志深看着还剩四分之一牛奶的杯子,不苟言笑地说,“喝光。粒粒皆辛苦,你这是要浪费多少粮食。”
乾毅忿忿地喝了个一滴不剩。他把杯子交给志深后,即刻拿起餐桌上的营养快线,咕咚咕咚的喝了个一干二净。志深摇了摇头。
他还是没变,仍怕喝牛奶。
志深暗想,晚上去超市看看,是否有味道甜甜的牛奶。
休假的三天内,乾毅按时吃饭,按时去锻炼身体,甚至按时准时熄灯睡觉。而志深,则会按时悄声地来乾毅的卧室,替乾毅盖好被子,呆呆地站在床边默默地凝视着床上睡意祥和的男人。
“小张,听说你是李总的学生,这是真的吗?”说话者是博世会计部的孙雅丽。她比志深小三岁,今年30,至今未婚。人长得还算标致,在建筑行业中能算的上是天仙了。
乾毅用小拇指抓了抓浓黑的眉毛,踌躇了一会,“是。他是我大学的辅导员。”
孙雅丽兴奋地笑眯了眼,“你们还有联系吗?他为人如何?”
乾毅似乎猜中了她来此的用意,连忙摇头说,“我们不太联系。你也知道,他是天胜的董事长,我……”他眨了眨眼。孙雅丽立即点了点头,“我明白。你和他的身份悬殊,他应该和你聊不到一块。”

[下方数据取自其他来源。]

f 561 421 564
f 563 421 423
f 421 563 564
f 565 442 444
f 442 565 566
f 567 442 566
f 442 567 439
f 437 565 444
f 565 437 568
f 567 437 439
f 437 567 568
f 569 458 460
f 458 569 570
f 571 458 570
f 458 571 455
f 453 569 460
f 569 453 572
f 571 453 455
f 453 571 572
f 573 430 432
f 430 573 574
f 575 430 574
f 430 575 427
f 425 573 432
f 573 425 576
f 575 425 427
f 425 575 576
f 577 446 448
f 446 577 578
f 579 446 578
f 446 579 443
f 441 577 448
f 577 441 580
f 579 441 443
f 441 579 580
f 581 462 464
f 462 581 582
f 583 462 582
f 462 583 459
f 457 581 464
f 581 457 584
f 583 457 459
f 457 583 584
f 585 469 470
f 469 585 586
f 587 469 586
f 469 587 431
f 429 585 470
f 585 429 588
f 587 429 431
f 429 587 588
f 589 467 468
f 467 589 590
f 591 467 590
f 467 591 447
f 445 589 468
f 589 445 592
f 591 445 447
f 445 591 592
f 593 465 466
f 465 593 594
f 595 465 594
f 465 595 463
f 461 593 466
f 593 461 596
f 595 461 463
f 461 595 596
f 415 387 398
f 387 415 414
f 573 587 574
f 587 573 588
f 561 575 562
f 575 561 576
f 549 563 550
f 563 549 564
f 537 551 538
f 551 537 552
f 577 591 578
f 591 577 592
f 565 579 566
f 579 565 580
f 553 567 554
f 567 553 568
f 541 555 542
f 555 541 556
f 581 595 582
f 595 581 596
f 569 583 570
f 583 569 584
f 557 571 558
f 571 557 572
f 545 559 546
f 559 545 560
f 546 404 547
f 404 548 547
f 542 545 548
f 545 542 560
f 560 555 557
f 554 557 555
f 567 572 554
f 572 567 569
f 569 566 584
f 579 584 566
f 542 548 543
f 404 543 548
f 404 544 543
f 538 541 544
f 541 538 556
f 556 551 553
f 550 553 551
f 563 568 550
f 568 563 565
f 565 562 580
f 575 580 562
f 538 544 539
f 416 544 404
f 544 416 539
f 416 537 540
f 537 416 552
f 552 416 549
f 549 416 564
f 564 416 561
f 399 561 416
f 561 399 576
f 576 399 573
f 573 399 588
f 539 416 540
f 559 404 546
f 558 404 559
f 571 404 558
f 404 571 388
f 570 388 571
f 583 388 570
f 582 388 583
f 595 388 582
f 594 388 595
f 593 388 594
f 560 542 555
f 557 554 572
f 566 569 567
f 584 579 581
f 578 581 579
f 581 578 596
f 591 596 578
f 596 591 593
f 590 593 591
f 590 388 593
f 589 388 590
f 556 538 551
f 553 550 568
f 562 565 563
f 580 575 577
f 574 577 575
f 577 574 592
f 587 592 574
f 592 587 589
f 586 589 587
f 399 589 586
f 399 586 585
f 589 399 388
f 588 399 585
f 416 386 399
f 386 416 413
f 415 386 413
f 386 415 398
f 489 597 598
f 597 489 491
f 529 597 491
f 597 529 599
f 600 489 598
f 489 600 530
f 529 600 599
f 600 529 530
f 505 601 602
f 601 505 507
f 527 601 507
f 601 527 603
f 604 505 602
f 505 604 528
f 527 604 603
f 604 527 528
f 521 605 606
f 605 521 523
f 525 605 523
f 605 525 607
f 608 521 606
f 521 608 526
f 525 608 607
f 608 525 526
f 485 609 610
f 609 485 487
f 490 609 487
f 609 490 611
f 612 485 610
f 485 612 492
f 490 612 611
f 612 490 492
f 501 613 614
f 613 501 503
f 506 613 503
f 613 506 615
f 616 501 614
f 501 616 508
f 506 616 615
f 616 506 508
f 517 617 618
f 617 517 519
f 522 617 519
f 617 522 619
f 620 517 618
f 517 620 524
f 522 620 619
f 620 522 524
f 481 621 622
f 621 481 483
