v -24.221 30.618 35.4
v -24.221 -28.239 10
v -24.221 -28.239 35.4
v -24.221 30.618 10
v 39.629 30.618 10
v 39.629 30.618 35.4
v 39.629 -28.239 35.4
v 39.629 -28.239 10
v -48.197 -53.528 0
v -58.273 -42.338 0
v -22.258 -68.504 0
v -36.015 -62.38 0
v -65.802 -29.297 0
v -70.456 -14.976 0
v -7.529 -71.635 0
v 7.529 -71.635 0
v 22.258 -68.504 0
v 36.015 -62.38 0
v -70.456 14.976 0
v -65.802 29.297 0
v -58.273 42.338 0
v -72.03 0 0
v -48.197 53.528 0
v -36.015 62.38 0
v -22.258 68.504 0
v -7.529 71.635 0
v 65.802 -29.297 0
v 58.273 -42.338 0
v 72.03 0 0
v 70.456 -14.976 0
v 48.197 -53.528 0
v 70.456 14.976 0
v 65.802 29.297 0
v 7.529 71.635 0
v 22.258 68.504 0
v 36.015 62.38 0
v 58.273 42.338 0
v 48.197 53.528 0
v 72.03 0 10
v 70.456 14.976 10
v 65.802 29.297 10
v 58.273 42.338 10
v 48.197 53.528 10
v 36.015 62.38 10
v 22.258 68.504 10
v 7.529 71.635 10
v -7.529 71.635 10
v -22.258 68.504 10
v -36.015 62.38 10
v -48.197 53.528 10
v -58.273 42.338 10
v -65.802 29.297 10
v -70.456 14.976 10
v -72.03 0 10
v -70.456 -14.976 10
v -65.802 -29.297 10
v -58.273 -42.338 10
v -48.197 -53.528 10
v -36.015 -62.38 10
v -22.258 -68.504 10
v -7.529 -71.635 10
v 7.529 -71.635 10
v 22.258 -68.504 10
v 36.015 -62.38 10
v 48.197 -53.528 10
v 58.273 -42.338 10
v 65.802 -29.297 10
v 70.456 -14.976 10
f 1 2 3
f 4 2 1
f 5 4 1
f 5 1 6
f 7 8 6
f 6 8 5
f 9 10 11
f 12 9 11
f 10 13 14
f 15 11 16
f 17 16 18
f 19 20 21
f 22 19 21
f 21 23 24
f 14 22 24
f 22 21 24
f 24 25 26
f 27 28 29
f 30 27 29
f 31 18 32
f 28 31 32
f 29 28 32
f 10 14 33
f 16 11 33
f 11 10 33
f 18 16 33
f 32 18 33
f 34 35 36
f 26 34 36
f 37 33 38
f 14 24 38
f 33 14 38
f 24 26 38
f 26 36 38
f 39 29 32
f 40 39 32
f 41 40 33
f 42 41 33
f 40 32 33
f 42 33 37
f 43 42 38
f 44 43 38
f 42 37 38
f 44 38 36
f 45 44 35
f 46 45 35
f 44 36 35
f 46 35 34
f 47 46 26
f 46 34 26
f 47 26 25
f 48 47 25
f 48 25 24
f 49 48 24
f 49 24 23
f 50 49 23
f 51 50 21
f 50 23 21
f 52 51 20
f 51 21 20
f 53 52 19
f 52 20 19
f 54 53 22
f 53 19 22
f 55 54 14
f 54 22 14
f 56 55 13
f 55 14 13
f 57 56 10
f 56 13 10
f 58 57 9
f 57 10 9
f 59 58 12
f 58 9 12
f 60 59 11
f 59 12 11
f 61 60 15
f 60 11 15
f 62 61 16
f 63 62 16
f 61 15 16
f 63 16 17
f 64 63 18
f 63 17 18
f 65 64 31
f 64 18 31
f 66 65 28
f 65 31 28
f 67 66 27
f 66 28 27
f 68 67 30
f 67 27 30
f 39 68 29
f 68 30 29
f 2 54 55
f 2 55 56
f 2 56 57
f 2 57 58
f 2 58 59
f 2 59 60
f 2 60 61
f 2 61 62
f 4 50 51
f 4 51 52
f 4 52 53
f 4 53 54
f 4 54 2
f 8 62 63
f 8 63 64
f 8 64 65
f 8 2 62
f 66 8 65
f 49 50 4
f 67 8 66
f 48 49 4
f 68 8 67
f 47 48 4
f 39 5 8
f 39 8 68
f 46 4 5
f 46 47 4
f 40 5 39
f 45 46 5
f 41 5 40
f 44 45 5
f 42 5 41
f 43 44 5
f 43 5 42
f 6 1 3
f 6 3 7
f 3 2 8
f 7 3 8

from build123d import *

# Parameters (mm, degrees)
F0_R     = 72.029684
F1_DEPTH = 10
F2_W     = 63.849527
F2_H     = 58.85705
F3_DEPTH = 25.4


with BuildPart() as f1:
    # F0 (on Top) → F1 (new body)
    with BuildSketch(Plane.XY):
        Circle(F0_R)
    extrude(amount=F1_DEPTH)

    # F2 (on face) → F3 (join)
    with BuildSketch(Plane.XY.offset(10)):
        with Locations((7.703924, 1.189869)):
            Rectangle(F2_W, F2_H)
    extrude(amount=F3_DEPTH)


solid = f1.part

乾毅非常赞同地颔首以示同意。忽而,他问,“你是怎么知道我是他学生的?”
孙雅丽羞羞一笑,仓忙打了个哈哈,“听人说的,听人说的。”接着,她小声嘀咕道,“不知道他为人怎么样?”
“为人还不错,挺负责的。”乾毅客观地评价。
孙雅丽有些疑惑了,“按理说,像他这样既有钱又有名,还十分英俊潇洒成熟稳重的男人,他老婆,不,确切地说应该是前妻,她怎么可能放他走呢?”
志深和陈洁离婚的事,鲜少有人知道。乾毅不明白,这位一脸花痴样的孙雅丽是如何知道的。他装糊涂地问,“别瞎说。我听同学说李老师和师母的关系很好,你别道听途说反惹了一身骚。”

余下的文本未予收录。